Disregard if you ride singletrack. Twist shifters work but indexed trigger shifters are much better.

The Pinion is heavy. This would be a light bike because everything is titanium, carbon, or lightweight alloy but it weighs around 28 pounds with pedals. My previous rig with XX1 cranks and GX components everywhere else, also Titanium etc, was a svelte 25 pounds. It has given me an incentive to drop some weight myself.

Just FYI:

Pinion C.12, 12-speed, 600 percent range in 17.7 percent steps.

Rear wheel is from Industry 9. The front is custom built by Wheelbuilder.com around a SON 28 Dynamo hub. Maxxis Ikon 29.2.6 tires

I have Jones Carbon Fiber Loop H bars and Jeff built it with a Niner RDO fork.

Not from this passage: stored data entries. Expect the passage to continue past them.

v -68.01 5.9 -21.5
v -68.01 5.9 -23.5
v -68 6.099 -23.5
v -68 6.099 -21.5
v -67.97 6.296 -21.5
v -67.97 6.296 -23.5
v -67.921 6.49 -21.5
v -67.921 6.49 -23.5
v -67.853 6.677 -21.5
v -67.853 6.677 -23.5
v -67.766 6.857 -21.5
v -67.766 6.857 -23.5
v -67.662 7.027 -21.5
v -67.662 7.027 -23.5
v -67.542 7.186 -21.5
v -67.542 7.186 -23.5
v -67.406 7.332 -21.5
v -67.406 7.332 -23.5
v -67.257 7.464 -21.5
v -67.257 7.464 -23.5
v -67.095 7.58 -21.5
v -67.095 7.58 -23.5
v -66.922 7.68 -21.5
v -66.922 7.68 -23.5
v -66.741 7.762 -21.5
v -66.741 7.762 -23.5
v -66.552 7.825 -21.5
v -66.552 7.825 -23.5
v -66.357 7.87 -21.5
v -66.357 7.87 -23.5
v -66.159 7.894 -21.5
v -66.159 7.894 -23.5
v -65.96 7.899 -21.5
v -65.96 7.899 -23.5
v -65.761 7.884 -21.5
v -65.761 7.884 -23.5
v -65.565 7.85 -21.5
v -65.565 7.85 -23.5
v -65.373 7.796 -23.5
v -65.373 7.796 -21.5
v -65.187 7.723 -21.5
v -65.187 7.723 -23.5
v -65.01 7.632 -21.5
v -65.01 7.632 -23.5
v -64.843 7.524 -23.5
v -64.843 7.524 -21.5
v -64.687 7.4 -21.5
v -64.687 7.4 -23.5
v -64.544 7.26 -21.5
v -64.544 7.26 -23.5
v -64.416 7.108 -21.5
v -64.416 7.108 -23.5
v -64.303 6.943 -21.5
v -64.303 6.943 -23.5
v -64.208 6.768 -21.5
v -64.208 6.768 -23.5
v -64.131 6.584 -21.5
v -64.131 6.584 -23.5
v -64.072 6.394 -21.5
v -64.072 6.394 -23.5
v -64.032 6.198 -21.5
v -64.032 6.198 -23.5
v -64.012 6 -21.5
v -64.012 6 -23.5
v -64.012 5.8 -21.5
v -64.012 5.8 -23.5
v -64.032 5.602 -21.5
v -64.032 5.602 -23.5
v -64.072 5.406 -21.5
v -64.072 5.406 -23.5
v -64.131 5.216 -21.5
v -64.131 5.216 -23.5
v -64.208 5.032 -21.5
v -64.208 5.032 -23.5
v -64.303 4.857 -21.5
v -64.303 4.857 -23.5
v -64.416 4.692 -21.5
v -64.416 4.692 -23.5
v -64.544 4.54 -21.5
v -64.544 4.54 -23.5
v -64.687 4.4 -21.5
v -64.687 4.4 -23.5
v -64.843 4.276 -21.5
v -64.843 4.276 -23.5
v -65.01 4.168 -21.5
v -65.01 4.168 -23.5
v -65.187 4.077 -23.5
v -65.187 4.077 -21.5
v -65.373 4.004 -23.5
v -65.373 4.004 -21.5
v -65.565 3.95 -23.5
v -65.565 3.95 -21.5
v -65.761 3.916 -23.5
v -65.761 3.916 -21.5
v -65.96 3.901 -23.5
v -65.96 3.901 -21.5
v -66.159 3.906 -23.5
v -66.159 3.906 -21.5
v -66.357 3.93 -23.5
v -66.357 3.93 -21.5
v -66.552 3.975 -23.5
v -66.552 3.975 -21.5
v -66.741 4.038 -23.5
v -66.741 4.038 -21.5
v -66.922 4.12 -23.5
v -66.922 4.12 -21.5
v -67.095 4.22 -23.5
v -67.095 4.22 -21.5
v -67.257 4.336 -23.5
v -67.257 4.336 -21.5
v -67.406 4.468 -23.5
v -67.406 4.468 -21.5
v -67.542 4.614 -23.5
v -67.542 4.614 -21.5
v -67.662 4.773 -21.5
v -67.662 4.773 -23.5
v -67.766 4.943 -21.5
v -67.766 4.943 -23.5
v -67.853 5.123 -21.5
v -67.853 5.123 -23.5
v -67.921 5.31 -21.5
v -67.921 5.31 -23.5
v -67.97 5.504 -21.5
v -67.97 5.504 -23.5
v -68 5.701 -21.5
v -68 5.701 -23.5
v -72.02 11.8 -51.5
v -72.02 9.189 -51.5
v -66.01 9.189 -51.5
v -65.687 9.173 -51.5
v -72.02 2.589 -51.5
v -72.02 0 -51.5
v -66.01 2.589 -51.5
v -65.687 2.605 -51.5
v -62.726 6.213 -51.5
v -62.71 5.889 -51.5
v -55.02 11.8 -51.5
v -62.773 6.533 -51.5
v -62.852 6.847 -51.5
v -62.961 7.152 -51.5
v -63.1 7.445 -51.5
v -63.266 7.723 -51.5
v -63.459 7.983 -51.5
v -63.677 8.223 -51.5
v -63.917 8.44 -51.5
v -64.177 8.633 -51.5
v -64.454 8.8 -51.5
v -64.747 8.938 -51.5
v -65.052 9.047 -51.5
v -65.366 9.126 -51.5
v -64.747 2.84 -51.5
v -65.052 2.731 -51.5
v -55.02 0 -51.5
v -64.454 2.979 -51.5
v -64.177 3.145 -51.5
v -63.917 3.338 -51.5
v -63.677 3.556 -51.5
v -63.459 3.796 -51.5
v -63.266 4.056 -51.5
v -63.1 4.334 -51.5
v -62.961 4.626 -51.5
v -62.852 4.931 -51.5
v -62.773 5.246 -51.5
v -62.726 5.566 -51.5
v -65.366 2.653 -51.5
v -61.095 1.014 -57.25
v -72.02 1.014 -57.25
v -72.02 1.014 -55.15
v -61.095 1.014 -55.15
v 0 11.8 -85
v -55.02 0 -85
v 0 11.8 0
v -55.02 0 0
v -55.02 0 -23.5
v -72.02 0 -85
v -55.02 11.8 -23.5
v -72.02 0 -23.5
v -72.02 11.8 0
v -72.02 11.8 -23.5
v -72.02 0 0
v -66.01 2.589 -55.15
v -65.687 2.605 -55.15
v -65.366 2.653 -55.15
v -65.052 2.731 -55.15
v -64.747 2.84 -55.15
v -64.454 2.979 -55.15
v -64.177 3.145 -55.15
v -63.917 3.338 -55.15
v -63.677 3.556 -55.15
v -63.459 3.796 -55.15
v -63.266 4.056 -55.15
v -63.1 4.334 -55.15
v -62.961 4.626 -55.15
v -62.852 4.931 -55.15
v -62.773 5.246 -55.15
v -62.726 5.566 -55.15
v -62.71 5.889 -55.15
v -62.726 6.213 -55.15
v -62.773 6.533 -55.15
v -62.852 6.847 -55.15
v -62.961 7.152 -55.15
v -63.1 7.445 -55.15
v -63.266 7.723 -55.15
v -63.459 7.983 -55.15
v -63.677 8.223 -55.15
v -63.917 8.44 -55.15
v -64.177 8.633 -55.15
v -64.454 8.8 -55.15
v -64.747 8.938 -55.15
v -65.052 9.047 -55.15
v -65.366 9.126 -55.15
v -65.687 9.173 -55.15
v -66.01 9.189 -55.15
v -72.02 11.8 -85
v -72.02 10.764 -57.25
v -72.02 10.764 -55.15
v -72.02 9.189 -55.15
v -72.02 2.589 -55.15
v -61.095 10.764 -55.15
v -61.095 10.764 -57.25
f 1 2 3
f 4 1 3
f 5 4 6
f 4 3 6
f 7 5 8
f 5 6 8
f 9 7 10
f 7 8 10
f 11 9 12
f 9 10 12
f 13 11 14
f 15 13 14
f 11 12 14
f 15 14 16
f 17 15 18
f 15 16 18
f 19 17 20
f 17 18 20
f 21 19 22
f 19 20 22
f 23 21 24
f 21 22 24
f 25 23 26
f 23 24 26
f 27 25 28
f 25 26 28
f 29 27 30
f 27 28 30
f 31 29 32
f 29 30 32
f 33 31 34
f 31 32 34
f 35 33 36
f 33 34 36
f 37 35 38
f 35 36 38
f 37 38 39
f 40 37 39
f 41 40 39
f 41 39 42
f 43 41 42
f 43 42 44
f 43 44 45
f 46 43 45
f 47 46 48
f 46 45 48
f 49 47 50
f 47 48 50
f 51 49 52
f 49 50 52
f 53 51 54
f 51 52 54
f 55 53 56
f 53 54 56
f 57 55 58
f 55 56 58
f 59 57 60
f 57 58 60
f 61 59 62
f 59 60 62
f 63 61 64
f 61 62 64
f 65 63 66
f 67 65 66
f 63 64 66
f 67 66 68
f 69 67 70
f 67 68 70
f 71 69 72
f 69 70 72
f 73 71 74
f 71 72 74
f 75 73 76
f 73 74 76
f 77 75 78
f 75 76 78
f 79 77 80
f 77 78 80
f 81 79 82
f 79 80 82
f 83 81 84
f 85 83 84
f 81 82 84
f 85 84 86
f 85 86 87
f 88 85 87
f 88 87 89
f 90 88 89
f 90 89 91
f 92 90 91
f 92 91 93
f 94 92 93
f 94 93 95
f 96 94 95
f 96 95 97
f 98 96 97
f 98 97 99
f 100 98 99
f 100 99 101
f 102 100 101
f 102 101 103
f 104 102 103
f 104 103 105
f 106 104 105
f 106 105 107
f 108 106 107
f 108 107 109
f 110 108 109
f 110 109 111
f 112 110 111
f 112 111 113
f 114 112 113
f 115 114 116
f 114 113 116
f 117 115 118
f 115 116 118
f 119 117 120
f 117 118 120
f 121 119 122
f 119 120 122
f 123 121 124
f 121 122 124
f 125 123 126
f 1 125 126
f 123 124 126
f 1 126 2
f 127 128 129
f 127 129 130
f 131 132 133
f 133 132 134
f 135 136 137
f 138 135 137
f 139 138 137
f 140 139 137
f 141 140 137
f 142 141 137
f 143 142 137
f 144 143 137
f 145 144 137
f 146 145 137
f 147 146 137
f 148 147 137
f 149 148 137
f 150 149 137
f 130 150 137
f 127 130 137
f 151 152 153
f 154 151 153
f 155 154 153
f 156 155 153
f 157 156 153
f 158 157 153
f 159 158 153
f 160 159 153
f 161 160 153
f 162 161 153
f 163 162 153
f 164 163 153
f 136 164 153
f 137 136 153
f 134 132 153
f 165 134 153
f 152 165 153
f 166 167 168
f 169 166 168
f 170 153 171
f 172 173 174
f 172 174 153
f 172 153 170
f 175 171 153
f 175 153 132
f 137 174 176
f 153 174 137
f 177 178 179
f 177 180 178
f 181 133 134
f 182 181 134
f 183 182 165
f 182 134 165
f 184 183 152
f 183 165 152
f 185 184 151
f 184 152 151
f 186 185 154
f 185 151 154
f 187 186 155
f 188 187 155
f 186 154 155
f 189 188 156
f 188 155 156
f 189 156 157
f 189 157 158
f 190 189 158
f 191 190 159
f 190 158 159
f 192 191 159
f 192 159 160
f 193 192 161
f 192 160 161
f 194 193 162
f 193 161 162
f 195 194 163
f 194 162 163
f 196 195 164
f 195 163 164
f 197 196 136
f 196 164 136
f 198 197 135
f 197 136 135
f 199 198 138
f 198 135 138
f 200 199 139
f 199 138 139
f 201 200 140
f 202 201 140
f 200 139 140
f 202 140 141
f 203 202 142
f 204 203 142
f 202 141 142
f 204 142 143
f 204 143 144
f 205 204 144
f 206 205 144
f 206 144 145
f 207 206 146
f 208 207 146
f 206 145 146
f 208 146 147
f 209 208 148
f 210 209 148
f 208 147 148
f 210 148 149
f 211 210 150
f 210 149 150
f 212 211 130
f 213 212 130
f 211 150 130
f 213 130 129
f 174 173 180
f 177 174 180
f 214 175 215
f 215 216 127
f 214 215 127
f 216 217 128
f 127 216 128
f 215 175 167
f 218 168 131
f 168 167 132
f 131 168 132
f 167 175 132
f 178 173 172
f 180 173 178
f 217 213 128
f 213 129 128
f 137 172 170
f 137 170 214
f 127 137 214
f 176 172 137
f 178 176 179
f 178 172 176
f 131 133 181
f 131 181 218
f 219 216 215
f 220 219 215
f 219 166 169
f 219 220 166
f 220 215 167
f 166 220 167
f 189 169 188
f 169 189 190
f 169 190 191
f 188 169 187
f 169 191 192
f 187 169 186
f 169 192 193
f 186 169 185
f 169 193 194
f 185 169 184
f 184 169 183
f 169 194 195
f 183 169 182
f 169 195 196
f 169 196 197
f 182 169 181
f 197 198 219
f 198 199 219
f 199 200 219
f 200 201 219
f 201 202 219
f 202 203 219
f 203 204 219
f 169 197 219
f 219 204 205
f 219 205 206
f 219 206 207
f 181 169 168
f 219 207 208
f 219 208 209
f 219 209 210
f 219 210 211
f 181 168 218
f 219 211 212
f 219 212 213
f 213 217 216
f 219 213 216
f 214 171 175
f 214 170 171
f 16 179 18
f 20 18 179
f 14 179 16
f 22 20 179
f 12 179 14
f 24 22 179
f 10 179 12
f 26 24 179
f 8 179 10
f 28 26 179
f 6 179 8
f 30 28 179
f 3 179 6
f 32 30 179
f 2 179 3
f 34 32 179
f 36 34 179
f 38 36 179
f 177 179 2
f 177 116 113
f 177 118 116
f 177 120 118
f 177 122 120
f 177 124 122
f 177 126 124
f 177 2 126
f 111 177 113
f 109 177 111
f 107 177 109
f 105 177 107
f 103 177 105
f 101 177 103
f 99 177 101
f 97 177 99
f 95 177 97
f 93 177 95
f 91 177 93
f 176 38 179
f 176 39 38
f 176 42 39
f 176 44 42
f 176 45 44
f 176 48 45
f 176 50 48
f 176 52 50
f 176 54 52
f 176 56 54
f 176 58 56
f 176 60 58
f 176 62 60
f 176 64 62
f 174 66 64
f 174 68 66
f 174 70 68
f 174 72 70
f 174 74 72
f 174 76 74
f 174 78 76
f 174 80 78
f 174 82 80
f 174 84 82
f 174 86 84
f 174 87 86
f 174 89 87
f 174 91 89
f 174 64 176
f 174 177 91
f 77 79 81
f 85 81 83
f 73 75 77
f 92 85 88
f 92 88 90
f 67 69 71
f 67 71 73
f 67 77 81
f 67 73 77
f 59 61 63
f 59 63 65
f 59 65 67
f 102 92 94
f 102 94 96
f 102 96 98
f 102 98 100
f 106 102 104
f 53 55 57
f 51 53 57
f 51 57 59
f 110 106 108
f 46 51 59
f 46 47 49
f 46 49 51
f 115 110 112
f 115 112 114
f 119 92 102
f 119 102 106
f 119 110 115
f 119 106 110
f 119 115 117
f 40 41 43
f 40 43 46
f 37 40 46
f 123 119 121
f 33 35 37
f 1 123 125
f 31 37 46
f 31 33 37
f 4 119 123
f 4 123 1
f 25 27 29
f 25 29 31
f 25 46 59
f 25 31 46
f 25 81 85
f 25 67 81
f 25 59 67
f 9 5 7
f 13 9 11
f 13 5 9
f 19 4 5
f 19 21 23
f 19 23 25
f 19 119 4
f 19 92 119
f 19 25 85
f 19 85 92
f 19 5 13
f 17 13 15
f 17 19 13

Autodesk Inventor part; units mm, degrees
ref_plane "YZ Plane" through (0, 0, 0) normal (1, 0, 0) x (0, 1, 0)
ref_plane "XZ Plane" through (0, 0, 0) normal (0, 1, 0) x (-1, 0, 0)
ref_plane "XY Plane" through (0, 0, 0) normal (0, 0, 1) x (1, 0, 0)
sketch "Sketch1" plane through (0, 0, 0) normal (0, 1, 0) x (-1, 0, 0)
  line L0 (0, 0) -> (60, 0)
  line L1 (55.02, -23.5) -> (55.02, -51.5)
  line L2 (60, -75) -> (0, -75)
  line L3 (0, -75) -> (0, 0)
  line L4 (55.02, -23.5) -> (72.02, -23.5) construction
  line L5 (72.02, -23.5) -> (72.02, -51.5) construction
  line L6 (72.02, -51.5) -> (55.02, -51.5) construction
  line L7 (55.02, -51.5) -> (55.02, -23.5)
  line L8 (72.02, -51.5) -> (55.02, -51.5)
  line L9 (60, -75) -> (72.02, -75)
  line L10 (72.02, -75) -> (72.02, -51.5)
  line L11 (72.02, -23.5) -> (55.02, -23.5)
  line L12 (60, 0) -> (72.02, 0)
  line L13 (72.02, 0) -> (72.02, -23.5)
  point P0 (55.02, -37.5)
  point P1 (63.52, -51.5)
  point P2 (63.52, -51.5)
  dimension "d2" = 28
  dimension "d25" = 8.5
  dimension "d26" = 60
  dimension "d27" = 12.02
  dimension "d28" = 72.02
  dimension "d36" = 17
  dimension "d37" = 23.5
extrude "Extrusion1" add sketch "Sketch1" along normal blind 11.8
sketch "Sketch2" plane through (-55.02, 0, -23.5) normal (0, 0, -1) x (-1, 0, 0)
  circle A0 centre (10.99, 5.9) radius 2
  line L0 (17, 0) -> (17, 11.8) projected
  point P0 (-55.02, 0)
  dimension "d6" = 4
  dimension "d7" = 6.01
extrude "Extrusion2" cut sketch "Sketch2" against normal blind 2
sketch "Sketch3" plane through (-72.02, 0, -51.5) normal (0, 0, 1) x (1, 0, 0)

I have a Cane Creek eSilk suspension seat post. That thing is only 75 grams heavier than my Whiskey Parts Company carbon seat post.

It has Magura hydraulic brakes which I have never used before but they seem to work fine.

CDX, sprocket and chainring. I went with the stainless steel over allot for durability.


----------



## ladljon (Nov 30, 2011)

Sweet ride.....let me know if selling the Rohloff hub....have two already, need another.


----------



## borchar9 (Apr 1, 2021)

Still liking the om-2p build? Any negatives or regrets? I'm heavily considering ordering the same bike


----------



## kevb (Jun 4, 2021)

Ailuropoda said:


> Solace Cycles Pinion OM-2P! My thanks to Jeff at Solace Cycles. It took a while to build because of part delays but they kept me up to date along the way, were very responsive, and built a very beautiful bike. I hate to have to cover it up with my bickpacking gear.
> 
> I've taken it on some shorter rides. Because the law says we have to compare it to the Rohloff I'll say that, tentatively, I like it better. I loved the Rohloff but it made a tangible "whirring" noise in the lower gears and I always had the subjective sensation of power loss. The Pinion is much quieter and I can't detect any sound or unpleasant sensation from it. Since I have a belt drive the setup is pretty silent anyway.
> 
> ...


Hello: I saw your post regarding your Solace OM-2P and think it looks fantastic and am looking for a very similar bike. Presently I am riding a steel Jones complete 29Plus LWB. It's super capable but very, very heavy when loaded up even for a day's riding. Any thoughts on your Solace and the Pinion? Do the Jones bars work well with the Solace geometry? Thanks!


----------



## Pedalpower207 (Jan 5, 2022)

Have you ever regretted having a rigid fork with your OM-2P?


----------



## Ailuropoda (Dec 15, 2010)

Pedalpower207 said:


> Have you ever regretted having a rigid fork with your OM-2P?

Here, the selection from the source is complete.